Sadly, my other supervisors were married to their egos, believing their own ideas to be the best with no room for employee insights. Even if there were better ways of doing things or wiser ways to spend time and resources, they didn’t want to hear it. They also didn’t seem to know or value the strengths of the people who worked for them.
Instead, they micromanaged me and other employees, probably to the detriment of the organization. This was to my frustration also. They should have been spending time finding out our strengths and helping us develop. Instead, I felt like a frustrated, untapped resource under supervisors who either didn’t care at all or cared too much about their own agendas.
The two bosses who took an interest in me and engaged in meaningful dialogue are the ones I would have done anything for. Their investment in me fostered my own investment in the organizations I worked for. Knowing they understood me and valued me made me more likely to go above and beyond in my work. And I did.
The secret sauce
Make an employee feel like a valuable member of your team and you can’t go wrong. I don’t mean empty platitudes and buddy-buddy fluff. I mean taking the time to get to know employees and understand the experience and skills they bring to the table. Not to do so is to waste a valuable resource.
Sometimes employees have unique skills their supervisors don’t. This can be a huge asset to any supervisor if they know how to tap into it. Giving employees a voice in areas of their expertise helps galvanize a team and build an organization.
I’ve been writing seriously for over four years. In that time, I’ve asked repeatedly to teach the Creative Writing class at school. Or any other such elective. Other teachers who’ve openly said they’d rather not teach it end up with it in their schedules. Worse yet, sometimes the writing classes go to devil-may-care teachers who don’t do much of anything.

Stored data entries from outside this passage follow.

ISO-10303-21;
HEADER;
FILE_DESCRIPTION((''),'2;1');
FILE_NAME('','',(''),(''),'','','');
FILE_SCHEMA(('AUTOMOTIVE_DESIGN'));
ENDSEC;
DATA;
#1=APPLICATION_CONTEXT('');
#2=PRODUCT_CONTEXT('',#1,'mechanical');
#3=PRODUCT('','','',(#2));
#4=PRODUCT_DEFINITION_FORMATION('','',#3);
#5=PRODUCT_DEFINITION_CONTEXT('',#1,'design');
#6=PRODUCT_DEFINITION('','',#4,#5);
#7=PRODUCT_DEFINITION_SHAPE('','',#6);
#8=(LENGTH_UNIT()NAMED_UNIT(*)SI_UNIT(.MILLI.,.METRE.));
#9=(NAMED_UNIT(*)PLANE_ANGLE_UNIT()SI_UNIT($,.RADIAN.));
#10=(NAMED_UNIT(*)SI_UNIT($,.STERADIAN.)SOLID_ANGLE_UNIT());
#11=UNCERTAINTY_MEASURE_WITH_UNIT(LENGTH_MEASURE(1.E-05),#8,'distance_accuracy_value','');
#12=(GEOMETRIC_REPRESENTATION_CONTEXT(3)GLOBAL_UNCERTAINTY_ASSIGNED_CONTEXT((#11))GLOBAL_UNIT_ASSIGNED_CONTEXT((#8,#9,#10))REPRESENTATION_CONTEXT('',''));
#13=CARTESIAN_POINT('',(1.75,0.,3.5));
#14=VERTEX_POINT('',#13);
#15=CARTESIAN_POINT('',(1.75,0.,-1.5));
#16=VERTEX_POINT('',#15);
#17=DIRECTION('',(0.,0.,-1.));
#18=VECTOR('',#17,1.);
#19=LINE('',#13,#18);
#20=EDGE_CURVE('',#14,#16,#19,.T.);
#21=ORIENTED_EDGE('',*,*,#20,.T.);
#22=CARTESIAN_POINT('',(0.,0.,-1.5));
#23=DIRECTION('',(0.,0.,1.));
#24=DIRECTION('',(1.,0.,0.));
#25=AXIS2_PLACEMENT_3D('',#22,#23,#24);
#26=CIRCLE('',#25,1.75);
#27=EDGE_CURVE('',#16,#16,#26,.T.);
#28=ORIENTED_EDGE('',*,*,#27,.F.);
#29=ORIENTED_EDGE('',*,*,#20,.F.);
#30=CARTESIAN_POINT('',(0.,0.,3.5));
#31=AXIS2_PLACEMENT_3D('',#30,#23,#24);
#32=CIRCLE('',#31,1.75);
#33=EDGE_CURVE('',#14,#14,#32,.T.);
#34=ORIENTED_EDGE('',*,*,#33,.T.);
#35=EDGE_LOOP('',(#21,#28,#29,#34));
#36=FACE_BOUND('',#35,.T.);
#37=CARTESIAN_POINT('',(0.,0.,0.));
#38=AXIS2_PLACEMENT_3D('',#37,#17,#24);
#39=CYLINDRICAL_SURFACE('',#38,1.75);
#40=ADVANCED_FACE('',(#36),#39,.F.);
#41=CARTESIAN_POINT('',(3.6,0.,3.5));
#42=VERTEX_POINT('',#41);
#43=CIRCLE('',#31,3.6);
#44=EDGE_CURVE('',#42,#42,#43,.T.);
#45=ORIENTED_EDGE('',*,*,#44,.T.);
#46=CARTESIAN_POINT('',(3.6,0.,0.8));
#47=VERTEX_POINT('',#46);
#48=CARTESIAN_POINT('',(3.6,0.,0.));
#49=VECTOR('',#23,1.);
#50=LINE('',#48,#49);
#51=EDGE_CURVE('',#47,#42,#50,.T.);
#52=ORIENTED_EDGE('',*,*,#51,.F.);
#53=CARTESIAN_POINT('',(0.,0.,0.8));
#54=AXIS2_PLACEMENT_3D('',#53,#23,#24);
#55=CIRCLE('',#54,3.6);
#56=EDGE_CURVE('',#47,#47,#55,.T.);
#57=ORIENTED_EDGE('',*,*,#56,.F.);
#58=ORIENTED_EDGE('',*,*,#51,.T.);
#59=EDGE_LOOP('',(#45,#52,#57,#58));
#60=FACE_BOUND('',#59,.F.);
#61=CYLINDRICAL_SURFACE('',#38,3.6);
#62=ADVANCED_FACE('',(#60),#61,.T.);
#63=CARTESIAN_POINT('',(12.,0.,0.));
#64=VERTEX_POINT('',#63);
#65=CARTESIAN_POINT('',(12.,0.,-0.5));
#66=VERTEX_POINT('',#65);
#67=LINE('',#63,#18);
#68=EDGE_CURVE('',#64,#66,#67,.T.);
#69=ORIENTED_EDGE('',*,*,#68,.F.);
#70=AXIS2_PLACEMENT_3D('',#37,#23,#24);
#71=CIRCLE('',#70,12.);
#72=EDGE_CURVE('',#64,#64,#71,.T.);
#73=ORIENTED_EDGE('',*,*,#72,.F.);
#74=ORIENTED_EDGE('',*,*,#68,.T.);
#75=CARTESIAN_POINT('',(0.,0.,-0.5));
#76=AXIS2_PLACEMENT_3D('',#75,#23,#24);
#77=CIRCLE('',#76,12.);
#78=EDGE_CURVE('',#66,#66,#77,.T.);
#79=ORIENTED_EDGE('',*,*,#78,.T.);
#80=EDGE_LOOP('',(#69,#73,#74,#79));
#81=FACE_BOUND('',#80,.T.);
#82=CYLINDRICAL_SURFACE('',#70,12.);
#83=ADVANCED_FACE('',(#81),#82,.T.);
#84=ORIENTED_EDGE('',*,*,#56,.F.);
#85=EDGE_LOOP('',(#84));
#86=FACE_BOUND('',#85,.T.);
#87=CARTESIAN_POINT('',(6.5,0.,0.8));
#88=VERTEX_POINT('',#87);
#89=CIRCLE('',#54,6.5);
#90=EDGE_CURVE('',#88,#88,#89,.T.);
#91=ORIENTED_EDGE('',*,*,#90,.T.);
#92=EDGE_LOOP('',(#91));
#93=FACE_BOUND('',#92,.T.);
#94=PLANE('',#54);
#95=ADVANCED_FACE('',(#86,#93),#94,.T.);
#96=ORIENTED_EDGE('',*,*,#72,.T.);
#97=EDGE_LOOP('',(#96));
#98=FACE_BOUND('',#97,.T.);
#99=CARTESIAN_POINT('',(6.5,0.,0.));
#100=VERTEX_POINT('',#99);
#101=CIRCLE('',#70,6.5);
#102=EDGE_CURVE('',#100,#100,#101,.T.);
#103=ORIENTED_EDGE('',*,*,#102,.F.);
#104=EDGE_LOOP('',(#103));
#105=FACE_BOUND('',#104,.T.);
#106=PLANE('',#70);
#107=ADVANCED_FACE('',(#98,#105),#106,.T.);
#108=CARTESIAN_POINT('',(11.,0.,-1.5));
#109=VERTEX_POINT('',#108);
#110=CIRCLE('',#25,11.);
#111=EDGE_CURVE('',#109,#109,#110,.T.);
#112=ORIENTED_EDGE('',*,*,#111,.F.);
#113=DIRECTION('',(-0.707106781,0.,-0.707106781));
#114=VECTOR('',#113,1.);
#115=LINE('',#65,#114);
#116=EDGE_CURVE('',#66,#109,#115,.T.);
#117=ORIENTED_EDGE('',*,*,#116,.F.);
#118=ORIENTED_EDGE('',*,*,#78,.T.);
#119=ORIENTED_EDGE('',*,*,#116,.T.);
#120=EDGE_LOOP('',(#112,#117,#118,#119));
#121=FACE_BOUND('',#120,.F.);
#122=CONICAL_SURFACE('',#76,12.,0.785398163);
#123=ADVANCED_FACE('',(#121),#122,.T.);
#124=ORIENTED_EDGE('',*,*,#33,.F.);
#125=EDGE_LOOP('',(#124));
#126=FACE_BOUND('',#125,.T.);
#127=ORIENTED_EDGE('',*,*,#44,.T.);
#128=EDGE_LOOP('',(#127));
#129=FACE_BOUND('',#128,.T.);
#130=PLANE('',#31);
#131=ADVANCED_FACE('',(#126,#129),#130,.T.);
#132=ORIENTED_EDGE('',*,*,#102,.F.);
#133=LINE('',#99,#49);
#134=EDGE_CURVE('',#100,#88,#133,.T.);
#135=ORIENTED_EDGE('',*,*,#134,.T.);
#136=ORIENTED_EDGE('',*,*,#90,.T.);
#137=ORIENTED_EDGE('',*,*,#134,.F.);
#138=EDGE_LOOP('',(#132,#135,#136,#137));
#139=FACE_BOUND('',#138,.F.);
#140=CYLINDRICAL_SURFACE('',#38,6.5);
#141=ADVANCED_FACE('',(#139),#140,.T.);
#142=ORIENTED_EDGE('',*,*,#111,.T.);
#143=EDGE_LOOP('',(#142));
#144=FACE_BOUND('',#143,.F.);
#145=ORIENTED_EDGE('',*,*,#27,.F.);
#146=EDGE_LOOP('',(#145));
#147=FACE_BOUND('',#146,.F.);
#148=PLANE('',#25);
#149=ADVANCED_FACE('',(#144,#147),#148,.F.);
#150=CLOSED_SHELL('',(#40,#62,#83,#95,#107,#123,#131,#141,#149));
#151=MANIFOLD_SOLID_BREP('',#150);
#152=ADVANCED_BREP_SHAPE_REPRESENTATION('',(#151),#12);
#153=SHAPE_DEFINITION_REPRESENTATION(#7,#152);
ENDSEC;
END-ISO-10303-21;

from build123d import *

# Parameters (mm, degrees)
F0_R     = 12
F0_R_2   = 6.5
F0_R_3   = 3.6
F0_R_4   = 1.75
F1_DEPTH = 1.5
F2_DEPTH = 3.5
F3_DEPTH = 0.8
F4_SIZE  = 1


with BuildPart() as f1:
    # F0 (on Top) → F1 (new body)
    with BuildSketch(Plane.XY):
        Circle(F0_R)
        Circle(F0_R_2, mode=Mode.SUBTRACT)
        Circle(F0_R_2)
        Circle(F0_R_3, mode=Mode.SUBTRACT)
        Circle(F0_R_3)
        Circle(F0_R_4, mode=Mode.SUBTRACT)
    extrude(amount=-F1_DEPTH)

    # F0 (on Top) → F2 (join)
    with BuildSketch(Plane.XY):
        Circle(F0_R_3)
        Circle(F0_R_4, mode=Mode.SUBTRACT)
    extrude(amount=F2_DEPTH)

    # F0 (on Top) → F3 (join)
    with BuildSketch(Plane.XY):
        Circle(F0_R_2)
        Circle(F0_R_3, mode=Mode.SUBTRACT)
    extrude(amount=F3_DEPTH)

    # F4
    f4_edges = [f1.edges().sort_by_distance(p)[0] for p in [
        (-12, 0, -1.5),
    ]]
    chamfer(f4_edges, length=F4_SIZE)


solid = f1.part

Not for nothing — none of those who get the class are writers. Sure, they can teach writing, but wouldn’t learning from an actual writer be even better? I go to writers’ conferences and wouldn’t dream of attending if nonwriters were the faculty. It makes me feel undervalued and unappreciated to be passed over.

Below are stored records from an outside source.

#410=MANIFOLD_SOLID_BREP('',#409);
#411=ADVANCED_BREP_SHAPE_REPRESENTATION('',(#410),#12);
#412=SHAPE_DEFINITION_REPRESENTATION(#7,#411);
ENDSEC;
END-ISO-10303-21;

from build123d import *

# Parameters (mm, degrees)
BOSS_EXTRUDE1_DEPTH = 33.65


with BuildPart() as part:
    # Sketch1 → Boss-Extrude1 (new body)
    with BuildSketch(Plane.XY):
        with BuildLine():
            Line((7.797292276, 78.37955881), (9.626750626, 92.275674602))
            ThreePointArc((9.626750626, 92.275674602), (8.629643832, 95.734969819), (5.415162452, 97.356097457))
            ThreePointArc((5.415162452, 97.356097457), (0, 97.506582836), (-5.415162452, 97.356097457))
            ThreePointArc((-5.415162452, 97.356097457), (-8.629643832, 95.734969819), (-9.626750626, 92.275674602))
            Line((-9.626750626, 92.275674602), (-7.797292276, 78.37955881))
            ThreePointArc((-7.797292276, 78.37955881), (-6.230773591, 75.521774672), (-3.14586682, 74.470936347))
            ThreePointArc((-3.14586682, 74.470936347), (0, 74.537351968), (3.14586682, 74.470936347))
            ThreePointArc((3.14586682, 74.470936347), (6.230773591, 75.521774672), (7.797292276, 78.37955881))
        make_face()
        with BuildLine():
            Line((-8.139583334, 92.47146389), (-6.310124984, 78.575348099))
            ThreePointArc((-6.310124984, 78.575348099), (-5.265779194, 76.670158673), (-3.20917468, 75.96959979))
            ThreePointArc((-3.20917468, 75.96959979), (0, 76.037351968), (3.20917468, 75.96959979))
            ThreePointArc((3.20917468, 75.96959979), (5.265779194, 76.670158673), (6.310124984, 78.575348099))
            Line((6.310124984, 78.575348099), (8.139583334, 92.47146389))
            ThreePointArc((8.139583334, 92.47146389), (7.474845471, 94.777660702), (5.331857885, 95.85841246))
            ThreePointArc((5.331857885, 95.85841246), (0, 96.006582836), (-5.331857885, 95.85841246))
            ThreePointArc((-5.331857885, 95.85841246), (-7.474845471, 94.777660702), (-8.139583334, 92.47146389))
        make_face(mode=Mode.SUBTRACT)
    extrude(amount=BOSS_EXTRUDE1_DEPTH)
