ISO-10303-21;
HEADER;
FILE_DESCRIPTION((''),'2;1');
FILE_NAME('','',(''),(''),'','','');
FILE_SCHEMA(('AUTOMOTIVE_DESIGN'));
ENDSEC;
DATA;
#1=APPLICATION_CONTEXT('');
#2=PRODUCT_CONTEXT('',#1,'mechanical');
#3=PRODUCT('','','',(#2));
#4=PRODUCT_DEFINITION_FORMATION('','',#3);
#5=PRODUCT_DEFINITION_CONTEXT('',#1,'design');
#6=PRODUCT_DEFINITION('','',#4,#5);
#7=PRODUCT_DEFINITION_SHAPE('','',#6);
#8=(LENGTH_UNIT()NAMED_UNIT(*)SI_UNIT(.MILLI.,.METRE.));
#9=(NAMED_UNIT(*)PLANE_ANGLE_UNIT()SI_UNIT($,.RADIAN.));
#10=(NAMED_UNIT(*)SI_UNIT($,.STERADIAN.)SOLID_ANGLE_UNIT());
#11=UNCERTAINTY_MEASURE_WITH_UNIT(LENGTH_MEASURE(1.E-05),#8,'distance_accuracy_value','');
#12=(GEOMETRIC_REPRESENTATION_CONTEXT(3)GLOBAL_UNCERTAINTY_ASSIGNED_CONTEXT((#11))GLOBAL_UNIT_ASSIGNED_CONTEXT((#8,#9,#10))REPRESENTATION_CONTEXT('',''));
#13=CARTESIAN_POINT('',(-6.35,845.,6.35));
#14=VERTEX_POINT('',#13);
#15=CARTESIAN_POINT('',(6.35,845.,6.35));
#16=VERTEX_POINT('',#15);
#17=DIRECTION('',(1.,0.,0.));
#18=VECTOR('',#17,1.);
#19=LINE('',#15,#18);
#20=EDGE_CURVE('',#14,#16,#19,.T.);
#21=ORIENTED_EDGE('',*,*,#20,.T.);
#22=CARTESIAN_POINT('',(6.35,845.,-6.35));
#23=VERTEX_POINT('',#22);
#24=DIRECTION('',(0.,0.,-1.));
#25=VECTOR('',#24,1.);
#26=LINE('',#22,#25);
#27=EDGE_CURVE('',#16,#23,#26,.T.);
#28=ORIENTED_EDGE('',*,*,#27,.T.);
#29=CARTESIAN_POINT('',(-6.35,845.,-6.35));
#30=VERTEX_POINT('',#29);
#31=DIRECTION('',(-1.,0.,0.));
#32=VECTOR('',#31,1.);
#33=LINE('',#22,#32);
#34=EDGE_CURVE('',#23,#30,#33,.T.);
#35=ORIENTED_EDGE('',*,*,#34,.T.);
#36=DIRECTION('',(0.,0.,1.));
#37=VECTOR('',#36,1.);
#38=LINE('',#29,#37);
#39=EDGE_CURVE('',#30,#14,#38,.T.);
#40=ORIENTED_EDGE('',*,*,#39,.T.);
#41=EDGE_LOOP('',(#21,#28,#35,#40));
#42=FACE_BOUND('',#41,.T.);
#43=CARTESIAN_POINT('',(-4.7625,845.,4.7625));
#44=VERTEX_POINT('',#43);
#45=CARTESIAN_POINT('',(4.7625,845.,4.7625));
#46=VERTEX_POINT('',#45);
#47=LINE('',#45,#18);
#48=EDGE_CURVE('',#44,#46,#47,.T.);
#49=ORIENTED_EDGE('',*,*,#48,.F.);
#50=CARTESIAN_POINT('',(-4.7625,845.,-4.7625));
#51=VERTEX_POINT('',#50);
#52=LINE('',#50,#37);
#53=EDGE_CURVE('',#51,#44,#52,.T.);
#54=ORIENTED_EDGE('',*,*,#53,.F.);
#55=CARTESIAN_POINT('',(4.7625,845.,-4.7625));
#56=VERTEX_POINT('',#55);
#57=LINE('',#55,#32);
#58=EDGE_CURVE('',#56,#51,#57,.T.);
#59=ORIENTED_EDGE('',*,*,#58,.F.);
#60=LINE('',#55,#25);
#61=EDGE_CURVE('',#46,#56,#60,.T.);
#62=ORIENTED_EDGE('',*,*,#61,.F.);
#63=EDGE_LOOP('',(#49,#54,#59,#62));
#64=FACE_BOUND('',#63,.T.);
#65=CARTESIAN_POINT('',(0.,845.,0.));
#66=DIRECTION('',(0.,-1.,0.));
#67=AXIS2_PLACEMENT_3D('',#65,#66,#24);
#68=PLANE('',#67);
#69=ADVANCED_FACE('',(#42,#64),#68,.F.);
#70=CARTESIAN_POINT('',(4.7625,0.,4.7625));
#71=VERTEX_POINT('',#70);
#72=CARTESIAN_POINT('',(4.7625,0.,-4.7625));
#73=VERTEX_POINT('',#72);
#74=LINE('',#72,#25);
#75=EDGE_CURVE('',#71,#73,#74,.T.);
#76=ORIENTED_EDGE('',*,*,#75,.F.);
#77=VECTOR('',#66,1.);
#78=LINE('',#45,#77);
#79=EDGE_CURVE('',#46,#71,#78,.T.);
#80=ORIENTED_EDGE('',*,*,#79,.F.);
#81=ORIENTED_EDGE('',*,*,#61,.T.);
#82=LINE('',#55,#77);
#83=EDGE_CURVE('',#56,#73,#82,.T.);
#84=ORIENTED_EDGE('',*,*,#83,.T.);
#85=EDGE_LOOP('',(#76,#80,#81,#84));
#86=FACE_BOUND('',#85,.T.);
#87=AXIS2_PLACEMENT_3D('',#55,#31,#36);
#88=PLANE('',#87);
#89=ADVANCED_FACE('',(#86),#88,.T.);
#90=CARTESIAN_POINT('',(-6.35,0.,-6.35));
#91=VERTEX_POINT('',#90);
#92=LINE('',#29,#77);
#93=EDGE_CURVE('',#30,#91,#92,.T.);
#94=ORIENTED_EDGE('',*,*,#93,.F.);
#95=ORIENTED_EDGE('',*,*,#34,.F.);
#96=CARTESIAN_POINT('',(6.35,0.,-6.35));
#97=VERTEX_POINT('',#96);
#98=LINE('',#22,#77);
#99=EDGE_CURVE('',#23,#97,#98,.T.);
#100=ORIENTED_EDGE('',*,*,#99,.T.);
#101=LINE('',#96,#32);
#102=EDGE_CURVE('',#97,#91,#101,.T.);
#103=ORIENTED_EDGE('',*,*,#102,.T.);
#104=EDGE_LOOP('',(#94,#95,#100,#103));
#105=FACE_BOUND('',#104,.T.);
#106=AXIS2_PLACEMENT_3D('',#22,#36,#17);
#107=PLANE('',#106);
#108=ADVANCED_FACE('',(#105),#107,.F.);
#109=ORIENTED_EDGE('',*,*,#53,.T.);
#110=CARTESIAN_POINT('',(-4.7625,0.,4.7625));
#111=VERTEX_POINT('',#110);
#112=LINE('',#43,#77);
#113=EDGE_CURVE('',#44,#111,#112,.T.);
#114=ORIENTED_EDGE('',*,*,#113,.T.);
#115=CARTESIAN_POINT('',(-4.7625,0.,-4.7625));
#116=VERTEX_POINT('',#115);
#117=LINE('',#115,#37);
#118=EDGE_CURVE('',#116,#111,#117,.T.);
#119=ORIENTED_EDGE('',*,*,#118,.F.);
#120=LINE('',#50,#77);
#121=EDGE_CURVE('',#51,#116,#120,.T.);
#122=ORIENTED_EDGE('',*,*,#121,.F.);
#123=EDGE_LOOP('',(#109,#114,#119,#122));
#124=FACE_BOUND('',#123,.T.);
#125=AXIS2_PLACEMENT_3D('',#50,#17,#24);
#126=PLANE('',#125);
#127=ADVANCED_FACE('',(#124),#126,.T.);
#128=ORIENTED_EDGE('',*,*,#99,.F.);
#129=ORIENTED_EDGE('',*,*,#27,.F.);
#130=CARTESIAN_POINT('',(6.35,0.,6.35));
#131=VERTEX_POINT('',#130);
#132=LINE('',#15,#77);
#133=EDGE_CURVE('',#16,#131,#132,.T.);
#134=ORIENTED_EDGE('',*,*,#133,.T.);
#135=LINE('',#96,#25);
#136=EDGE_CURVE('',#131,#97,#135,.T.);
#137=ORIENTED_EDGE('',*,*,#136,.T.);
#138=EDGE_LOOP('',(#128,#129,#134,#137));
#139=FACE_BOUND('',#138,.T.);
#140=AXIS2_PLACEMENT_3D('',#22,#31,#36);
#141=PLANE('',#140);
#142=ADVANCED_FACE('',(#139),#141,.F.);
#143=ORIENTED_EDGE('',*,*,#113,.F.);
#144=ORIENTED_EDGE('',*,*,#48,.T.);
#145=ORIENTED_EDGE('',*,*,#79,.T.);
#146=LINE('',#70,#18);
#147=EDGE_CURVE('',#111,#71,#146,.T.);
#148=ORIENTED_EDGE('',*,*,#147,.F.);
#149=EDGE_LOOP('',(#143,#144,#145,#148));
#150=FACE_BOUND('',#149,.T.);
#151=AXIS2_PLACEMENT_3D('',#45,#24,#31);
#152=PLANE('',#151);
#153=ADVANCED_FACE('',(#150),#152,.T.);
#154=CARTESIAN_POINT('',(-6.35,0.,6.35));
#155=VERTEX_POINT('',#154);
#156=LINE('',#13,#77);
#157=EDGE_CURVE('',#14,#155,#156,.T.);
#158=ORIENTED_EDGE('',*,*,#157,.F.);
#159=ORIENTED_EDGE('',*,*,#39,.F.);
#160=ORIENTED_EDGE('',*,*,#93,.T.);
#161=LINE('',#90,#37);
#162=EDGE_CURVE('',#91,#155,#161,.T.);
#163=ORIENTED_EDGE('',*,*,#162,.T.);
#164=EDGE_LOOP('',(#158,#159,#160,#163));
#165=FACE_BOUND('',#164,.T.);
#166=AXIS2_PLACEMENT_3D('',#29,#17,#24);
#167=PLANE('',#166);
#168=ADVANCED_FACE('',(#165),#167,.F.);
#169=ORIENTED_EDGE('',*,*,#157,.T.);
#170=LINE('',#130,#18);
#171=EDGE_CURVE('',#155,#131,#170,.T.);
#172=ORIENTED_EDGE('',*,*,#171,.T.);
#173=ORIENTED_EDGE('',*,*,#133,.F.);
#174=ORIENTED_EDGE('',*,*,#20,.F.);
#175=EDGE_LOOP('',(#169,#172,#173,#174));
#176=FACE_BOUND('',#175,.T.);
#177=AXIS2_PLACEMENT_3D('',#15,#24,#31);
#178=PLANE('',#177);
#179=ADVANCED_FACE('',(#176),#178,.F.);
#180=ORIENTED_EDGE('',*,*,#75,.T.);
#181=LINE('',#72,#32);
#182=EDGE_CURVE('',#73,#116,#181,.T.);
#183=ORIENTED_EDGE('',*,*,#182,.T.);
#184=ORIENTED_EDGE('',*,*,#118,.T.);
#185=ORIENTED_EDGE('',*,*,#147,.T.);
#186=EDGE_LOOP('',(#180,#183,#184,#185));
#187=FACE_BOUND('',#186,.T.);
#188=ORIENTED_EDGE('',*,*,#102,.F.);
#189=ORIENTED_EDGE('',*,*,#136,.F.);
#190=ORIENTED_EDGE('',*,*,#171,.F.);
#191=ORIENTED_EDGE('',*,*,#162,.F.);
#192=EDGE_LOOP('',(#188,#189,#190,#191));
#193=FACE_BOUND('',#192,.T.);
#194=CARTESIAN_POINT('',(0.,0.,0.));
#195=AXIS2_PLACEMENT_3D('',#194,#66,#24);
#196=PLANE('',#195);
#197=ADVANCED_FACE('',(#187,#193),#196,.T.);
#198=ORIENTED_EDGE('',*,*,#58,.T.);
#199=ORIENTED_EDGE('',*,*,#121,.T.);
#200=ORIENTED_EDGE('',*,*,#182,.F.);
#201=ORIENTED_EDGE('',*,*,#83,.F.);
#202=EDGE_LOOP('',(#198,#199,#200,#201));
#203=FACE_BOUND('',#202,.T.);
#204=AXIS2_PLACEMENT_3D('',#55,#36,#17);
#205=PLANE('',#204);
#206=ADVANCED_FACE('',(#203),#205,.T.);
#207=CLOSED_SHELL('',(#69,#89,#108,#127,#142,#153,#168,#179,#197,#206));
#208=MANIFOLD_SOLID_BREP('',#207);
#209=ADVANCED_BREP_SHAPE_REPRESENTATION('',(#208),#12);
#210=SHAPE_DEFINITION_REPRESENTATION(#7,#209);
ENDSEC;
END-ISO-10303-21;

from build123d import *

# Parameters (mm, degrees)
SKETCH1_W           = 12.7
SKETCH1_H           = 12.7
SKETCH1_W_2         = 9.525
SKETCH1_H_2         = 9.525
BOSS_EXTRUDE1_DEPTH = 845


with BuildPart() as part:
    # Sketch1 → Boss-Extrude1 (new body)
    with BuildSketch(Plane(origin=(0, 0, 0), x_dir=(1, 0, 0), z_dir=(0, 1, 0))):
        Rectangle(SKETCH1_W, SKETCH1_H)
        Rectangle(SKETCH1_W_2, SKETCH1_H_2, mode=Mode.SUBTRACT)
    extrude(amount=BOSS_EXTRUDE1_DEPTH)


solid = part.part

Anybody can create an agenda and conduct a meeting. A great boss imparts important information and then asks employees for input on what’s needed to help them do their jobs better.
Anyone can email legions of information to staff without clear directions. In time, employees learn to pay little attention to endless emails. Good leaders take time to sift through and highlight the most important things and even carve out time to discuss them.
Good bosses are willing to hear hard truths and demonstrate flexibility when approached with reasonable requests and important information. They aren’t so devoted to their own ideas that there’s no room to entertain the ideas and feedback of others.
Since I’ve chosen teaching as my profession, I’ll never be in charge of anyone but my students. However, I try to apply these principles when teaching them. While some things are rigid and can’t be changed, I’m open to their feedback and hearing how I can help them grow as learners. I try to balance the bottom line I’ve been given with investing time in their ideas.
It requires effort, but I’ve found it pays off in my classroom. It also paid off for the two bosses I worked for who took an interest and understood the difference between supervisor and leader. They had a significant impact on my life as an employee and a person because of their approach.